Usually each delivery contractor has a set delivery area because of this it's
extremely obvious when you're given a bait package because it's usually got an
address that's very much out of your way. Or the package will look really beat
up. Most of the time it's the former in these cases. Where I saw the most
theft happen was packages that had an address that couldn't be found, clearly
marked items (ex. toilet paper in a branded box), or a driver genuinely
misplaces a package inside the van so they mark it missing only to find it
later in the day. Now you might ask: why not just bring a package back if
there's a legitimate issue with it's delivery? You'll be marked down. So it's
easier in many cases to simply rip off the label and abandon it or take it for
yourself and hope you've been given something valuable.

Most of these guys are in rough situations, are under extreme pressure to
perform (200 + deliveries in a day), and often aren't given benefts or a
stable schedule. Turnover is extremely high, employee theft is absolutely
rampant, and frankly it seems like Amazon never cared so long as there was a
certain threshold of delivered packages for the day.
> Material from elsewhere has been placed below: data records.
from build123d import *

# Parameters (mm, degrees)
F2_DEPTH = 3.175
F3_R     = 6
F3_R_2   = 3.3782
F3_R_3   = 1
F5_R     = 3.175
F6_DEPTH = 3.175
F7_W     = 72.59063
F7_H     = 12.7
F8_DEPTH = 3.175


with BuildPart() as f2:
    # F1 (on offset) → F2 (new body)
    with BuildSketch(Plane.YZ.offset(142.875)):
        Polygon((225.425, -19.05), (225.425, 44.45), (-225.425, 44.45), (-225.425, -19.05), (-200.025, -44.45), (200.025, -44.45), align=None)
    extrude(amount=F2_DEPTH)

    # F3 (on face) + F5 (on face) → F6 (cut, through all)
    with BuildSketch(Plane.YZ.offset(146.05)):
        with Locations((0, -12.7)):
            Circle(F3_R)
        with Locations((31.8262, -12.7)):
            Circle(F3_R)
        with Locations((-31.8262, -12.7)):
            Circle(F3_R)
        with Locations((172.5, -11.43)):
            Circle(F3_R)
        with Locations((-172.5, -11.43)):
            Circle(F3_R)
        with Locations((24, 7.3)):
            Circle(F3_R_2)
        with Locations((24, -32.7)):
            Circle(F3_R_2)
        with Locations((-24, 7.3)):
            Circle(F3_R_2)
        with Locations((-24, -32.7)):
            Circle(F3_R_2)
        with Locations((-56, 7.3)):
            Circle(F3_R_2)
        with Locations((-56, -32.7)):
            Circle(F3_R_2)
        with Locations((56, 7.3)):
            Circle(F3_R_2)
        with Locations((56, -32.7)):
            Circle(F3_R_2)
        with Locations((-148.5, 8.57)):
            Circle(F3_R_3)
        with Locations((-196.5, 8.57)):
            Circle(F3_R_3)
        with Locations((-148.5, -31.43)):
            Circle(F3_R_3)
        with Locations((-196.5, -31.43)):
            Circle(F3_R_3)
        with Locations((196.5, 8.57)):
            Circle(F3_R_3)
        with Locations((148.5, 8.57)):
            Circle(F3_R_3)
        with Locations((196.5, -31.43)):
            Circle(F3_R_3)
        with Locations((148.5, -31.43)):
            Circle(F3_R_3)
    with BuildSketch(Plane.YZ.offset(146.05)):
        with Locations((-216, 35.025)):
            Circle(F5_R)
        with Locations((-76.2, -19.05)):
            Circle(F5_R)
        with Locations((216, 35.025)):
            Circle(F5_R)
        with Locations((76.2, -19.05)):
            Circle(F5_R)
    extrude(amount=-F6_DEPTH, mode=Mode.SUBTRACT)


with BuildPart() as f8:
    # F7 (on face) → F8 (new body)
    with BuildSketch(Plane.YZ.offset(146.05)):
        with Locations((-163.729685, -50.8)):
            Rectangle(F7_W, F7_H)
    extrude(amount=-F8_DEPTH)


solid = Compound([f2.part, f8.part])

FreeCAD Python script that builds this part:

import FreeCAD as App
import Part
import Sketcher

V = App.Vector
Q = App.Units.Quantity


def add_polygon(sketch, points):
    """Adds a closed chain of lines whose ends are joined by coincident constraints."""
    first, n = sketch.GeometryCount, len(points)
    for a, b in zip(points, points[1:] + points[:1]):
        sketch.addGeometry(Part.LineSegment(App.Vector(*a, 0), App.Vector(*b, 0)), False)
    for i in range(n):
        sketch.addConstraint(Sketcher.Constraint("Coincident", first + i, 2, first + (i + 1) % n, 1))

doc = App.newDocument("Part")
body = doc.addObject("PartDesign::Body", "Body")

# Sketch on YZ plane
sketch1 = body.newObject("Sketcher::SketchObject", "Sketch")
sketch1.AttachmentSupport = (doc.getObject("YZ_Plane"), [""])
sketch1.MapMode = "FlatFace"
sketch1.AttachmentOffset = App.Placement(V(0, 0, 5.625 * 25.4), App.Rotation())
add_polygon(sketch1, [(225, -19), (225, 44), (-225, 44), (-225, -19), (-200, -44), (200, -44)])  # lines 0-5
sketch1.addConstraint(Sketcher.Constraint("Vertical", 0))
sketch1.addConstraint(Sketcher.Constraint("Horizontal", 1))
sketch1.addConstraint(Sketcher.Constraint("Vertical", 2))
sketch1.addConstraint(Sketcher.Constraint("Horizontal", 4))
sketch1.addConstraint(Sketcher.Constraint("Symmetric", 2, 2, 5, 2, -2))
sketch1.addConstraint(Sketcher.Constraint("Perpendicular", 3, 5))
sketch1.addConstraint(Sketcher.Constraint("Equal", 3, 5))
sketch1.addConstraint(Sketcher.Constraint("DistanceY", 0, 1, 0, 2, Q("2.5 in")))
sketch1.addConstraint(Sketcher.Constraint("DistanceX", 2, 2, 3, 2, Q("1 in")))
sketch1.addConstraint(Sketcher.Constraint("DistanceX", 1, 2, 1, 1, Q("17.75 in")))
sketch1.addConstraint(Sketcher.Constraint("DistanceY", -1, 1, 0, 2, Q("1.75 in")))
pad1 = body.newObject("PartDesign::Pad", "Pad")
pad1.Profile = sketch1
pad1.Length = Q("0.125 in")

# Sketch on YZ plane
sketch2 = body.newObject("Sketcher::SketchObject", "Sketch001")
sketch2.AttachmentSupport = (doc.getObject("YZ_Plane"), [""])
sketch2.MapMode = "FlatFace"
sketch2.AttachmentOffset = App.Placement(V(0, 0, 5.75 * 25.4), App.Rotation())
sketch2.addGeometry(Part.Circle(V(0, -12.7, 0), V(0, 0, 1), 6), False)
sketch2.addGeometry(Part.Circle(V(31.8, -12.7, 0), V(0, 0, 1), 6), False)
sketch2.addGeometry(Part.Circle(V(-31.8, -12.7, 0), V(0, 0, 1), 6), False)
sketch2.addGeometry(Part.Circle(V(172.5, -11.4, 0), V(0, 0, 1), 6), False)
sketch2.addGeometry(Part.Circle(V(-172.5, -11.4, 0), V(0, 0, 1), 6), False)
sketch2.addGeometry(Part.Circle(V(24, 7.3, 0), V(0, 0, 1), 3.4), False)
sketch2.addGeometry(Part.Circle(V(24, -32.7, 0), V(0, 0, 1), 3.4), False)
sketch2.addGeometry(Part.Circle(V(-24, 7.3, 0), V(0, 0, 1), 3.4), False)
sketch2.addGeometry(Part.Circle(V(-24, -32.7, 0), V(0, 0, 1), 3.4), False)
sketch2.addGeometry(Part.Circle(V(-56, 7.3, 0), V(0, 0, 1), 3.4), False)
sketch2.addGeometry(Part.Circle(V(-56, -32.7, 0), V(0, 0, 1), 3.4), False)
sketch2.addGeometry(Part.Circle(V(56, 7.3, 0), V(0, 0, 1), 3.4), False)
sketch2.addGeometry(Part.Circle(V(56, -32.7, 0), V(0, 0, 1), 3.4), False)
sketch2.addGeometry(Part.Circle(V(-148.5, 8.6, 0), V(0, 0, 1), 1), False)
sketch2.addGeometry(Part.Circle(V(-196.5, 8.6, 0), V(0, 0, 1), 1), False)
sketch2.addGeometry(Part.Circle(V(-148.5, -31.4, 0), V(0, 0, 1), 1), False)
sketch2.addGeometry(Part.Circle(V(-196.5, -31.4, 0), V(0, 0, 1), 1), False)
sketch2.addGeometry(Part.Circle(V(196.5, 8.6, 0), V(0, 0, 1), 1), False)
sketch2.addGeometry(Part.Circle(V(148.5, 8.6, 0), V(0, 0, 1), 1), False)
sketch2.addGeometry(Part.Circle(V(196.5, -31.4, 0), V(0, 0, 1), 1), False)
sketch2.addGeometry(Part.Circle(V(148.5, -31.4, 0), V(0, 0, 1), 1), False)
sketch2.addGeometry(Part.Circle(V(-216, 35, 0), V(0, 0, 1), 3.2), False)
sketch2.addGeometry(Part.Circle(V(-76.2, -19.1, 0), V(0, 0, 1), 3.2), False)
sketch2.addGeometry(Part.Circle(V(216, 35, 0), V(0, 0, 1), 3.2), False)
sketch2.addGeometry(Part.Circle(V(76.2, -19.1, 0), V(0, 0, 1), 3.2), False)
sketch2.addConstraint(Sketcher.Constraint("Equal", 0, 1))
sketch2.addConstraint(Sketcher.Constraint("Equal", 1, 2))
sketch2.addConstraint(Sketcher.Constraint("Equal", 2, 3))
sketch2.addConstraint(Sketcher.Constraint("Equal", 3, 4))
sketch2.addConstraint(Sketcher.Constraint("Equal", 5, 6))
sketch2.addConstraint(Sketcher.Constraint("Equal", 6, 7))
sketch2.addConstraint(Sketcher.Constraint("Equal", 7, 8))
sketch2.addConstraint(Sketcher.Constraint("Equal", 8, 9))
sketch2.addConstraint(Sketcher.Constraint("Equal", 9, 10))
sketch2.addConstraint(Sketcher.Constraint("Equal", 10, 11))
sketch2.addConstraint(Sketcher.Constraint("Equal", 11, 12))
sketch2.addConstraint(Sketcher.Constraint("Equal", 13, 14))
sketch2.addConstraint(Sketcher.Constraint("Equal", 14, 15))
sketch2.addConstraint(Sketcher.Constraint("Equal", 15, 16))
sketch2.addConstraint(Sketcher.Constraint("Equal", 16, 17))
sketch2.addConstraint(Sketcher.Constraint("Equal", 17, 18))
sketch2.addConstraint(Sketcher.Constraint("Equal", 18, 19))
sketch2.addConstraint(Sketcher.Constraint("Equal", 19, 20))
sketch2.addConstraint(Sketcher.Constraint("Equal", 21, 22))
sketch2.addConstraint(Sketcher.Constraint("Equal", 22, 23))
sketch2.addConstraint(Sketcher.Constraint("Equal", 23, 24))
sketch2.addConstraint(Sketcher.Constraint("Symmetric", 1, 3, 2, 3, -2))
sketch2.addConstraint(Sketcher.Constraint("Symmetric", 3, 3, 4, 3, -2))
sketch2.addConstraint(Sketcher.Constraint("Symmetric", 5, 3, 7, 3, -2))
sketch2.addConstraint(Sketcher.Constraint("Symmetric", 6, 3, 8, 3, -2))
sketch2.addConstraint(Sketcher.Constraint("Symmetric", 9, 3, 11, 3, -2))
sketch2.addConstraint(Sketcher.Constraint("Symmetric", 10, 3, 12, 3, -2))
sketch2.addConstraint(Sketcher.Constraint("Symmetric", 14, 3, 17, 3, -2))
sketch2.addConstraint(Sketcher.Constraint("Symmetric", 13, 3, 18, 3, -2))
sketch2.addConstraint(Sketcher.Constraint("Symmetric", 16, 3, 19, 3, -2))
sketch2.addConstraint(Sketcher.Constraint("Symmetric", 15, 3, 20, 3, -2))
sketch2.addConstraint(Sketcher.Constraint("Symmetric", 21, 3, 23, 3, -2))
sketch2.addConstraint(Sketcher.Constraint("Symmetric", 22, 3, 24, 3, -2))
sketch2.addConstraint(Sketcher.Constraint("PointOnObject", 0, 3, -2))
sketch2.addConstraint(Sketcher.Constraint("Horizontal", 0, 3, 1, 3))
sketch2.addConstraint(Sketcher.Constraint("Horizontal", 7, 3, 9, 3))
sketch2.addConstraint(Sketcher.Constraint("Horizontal", 8, 3, 10, 3))
sketch2.addConstraint(Sketcher.Constraint("Horizontal", 13, 3, 14, 3))
sketch2.addConstraint(Sketcher.Constraint("Horizontal", 15, 3, 16, 3))
sketch2.addConstraint(Sketcher.Constraint("Vertical", 5, 3, 6, 3))
sketch2.addConstraint(Sketcher.Constraint("Vertical", 9, 3, 10, 3))
sketch2.addConstraint(Sketcher.Constraint("Vertical", 13, 3, 15, 3))
sketch2.addConstraint(Sketcher.Constraint("Vertical", 14, 3, 16, 3))
sketch2.addConstraint(Sketcher.Constraint("Diameter", 21, Q("0.25 in")))
sketch2.addConstraint(Sketcher.Constraint("Diameter", 5, Q("0.266 in")))
sketch2.addConstraint(Sketcher.Constraint("DistanceX", 22, 3, -1, 1, Q("3 in")))
sketch2.addConstraint(Sketcher.Constraint("DistanceY", 0, 3, -1, 1, Q("0.5 in")))
sketch2.addConstraint(Sketcher.Constraint("Diameter", 0, Q("12 mm")))
sketch2.addConstraint(Sketcher.Constraint("Diameter", 13, Q("2 mm")))
sketch2.addConstraint(Sketcher.Constraint("DistanceY", 3, 3, -1, 1, Q("0.45 in")))
sketch2.addConstraint(Sketcher.Constraint("DistanceY", 22, 3, -1, 1, Q("0.75 in")))
sketch2.addConstraint(Sketcher.Constraint("DistanceY", 9, 3, 13, 3, Q("0.05 in")))
sketch2.addConstraint(Sketcher.Constraint("DistanceY", 10, 3, 15, 3, Q("0.05 in")))
sketch2.addConstraint(Sketcher.Constraint("DistanceX", -1, 1, 1, 3, Q("1.253 in")))
sketch2.addConstraint(Sketcher.Constraint("DistanceX", -1, 1, 3, 3, Q("172.5 mm")))
sketch2.addConstraint(Sketcher.Constraint("DistanceX", -1, 1, 5, 3, Q("24 mm")))
sketch2.addConstraint(Sketcher.Constraint("DistanceY", -1, 1, 5, 3, Q("7.3 mm")))
sketch2.addConstraint(Sketcher.Constraint("DistanceY", 6, 3, -1, 1, Q("32.7 mm")))
sketch2.addConstraint(Sketcher.Constraint("DistanceX", 9, 3, -1, 1, Q("56 mm")))
sketch2.addConstraint(Sketcher.Constraint("DistanceX", 13, 3, -1, 1, Q("148.5 mm")))
sketch2.addConstraint(Sketcher.Constraint("DistanceX", 14, 3, -1, 1, Q("196.5 mm")))
sketch2.addConstraint(Sketcher.Constraint("DistanceX", 21, 3, -1, 1, Q("216 mm")))
sketch2.addConstraint(Sketcher.Constraint("DistanceY", -1, 1, 21, 3, Q("35.025 mm")))
pocket1 = body.newObject("PartDesign::Pocket", "Pocket")
pocket1.Profile = sketch2
pocket1.Type = "ThroughAll"
body2 = doc.addObject("PartDesign::Body", "Body001")

# Sketch on YZ plane
sketch3 = body2.newObject("Sketcher::SketchObject", "Sketch002")
sketch3.AttachmentSupport = (doc.getObject("YZ_Plane001"), [""])
sketch3.MapMode = "FlatFace"
sketch3.AttachmentOffset = App.Placement(V(0, 0, 5.75 * 25.4), App.Rotation())
add_polygon(sketch3, [(-200, -44), (-200, -57), (-127, -57), (-127, -44)])  # lines 0-3
sketch3.addConstraint(Sketcher.Constraint("Vertical", 0))
sketch3.addConstraint(Sketcher.Constraint("Horizontal", 1))
sketch3.addConstraint(Sketcher.Constraint("Vertical", 2))
sketch3.addConstraint(Sketcher.Constraint("Horizontal", 3))
sketch3.addConstraint(Sketcher.Constraint("DistanceY", 0, 2, 0, 1, Q("0.5 in")))
sketch3.addConstraint(Sketcher.Constraint("DistanceY", 0, 2, -1, 1, Q("2.25 in")))
sketch3.addConstraint(Sketcher.Constraint("DistanceX", 0, 2, -1, 1, Q("7.875 in")))
sketch3.addConstraint(Sketcher.Constraint("DistanceX", 1, 1, 1, 2, Q("72.59063 mm")))
pad2 = body2.newObject("PartDesign::Pad", "Pad001")
pad2.Profile = sketch3
pad2.Length = Q("0.125 in")
pad2.Reversed = True

doc.recompute()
Sure when you are claiming multiple packages per week are on your manifest but
not present in your van things get suspicious, but of course all they do is
send you an extremely obvious bait package that you'll end up returning unless
you're just stupid. Many of these drivers aren't lasting more than a year and
almost all of them are gaming the system through the method I listed above so
there's no reprecussion for doing the wrong thing and in most cases doing the
right thing gets you a thank you coupled with a black mark on your record.
I've seen easily over 10k worth of theft in my first few months I really do
wonder how Amazon manages to stay in business.

------
lsh
> ... claiming he did it because Amazon has an incentive program that pays
> drivers $5 for each undelivered package they return.

and then

> "This behavior is unacceptable and does not reflect the high standards we
> have for delivery partners," Amazon

so you build a delivery system with incentives to _not_ deliver packages, then
fire those with the temerity to game the system.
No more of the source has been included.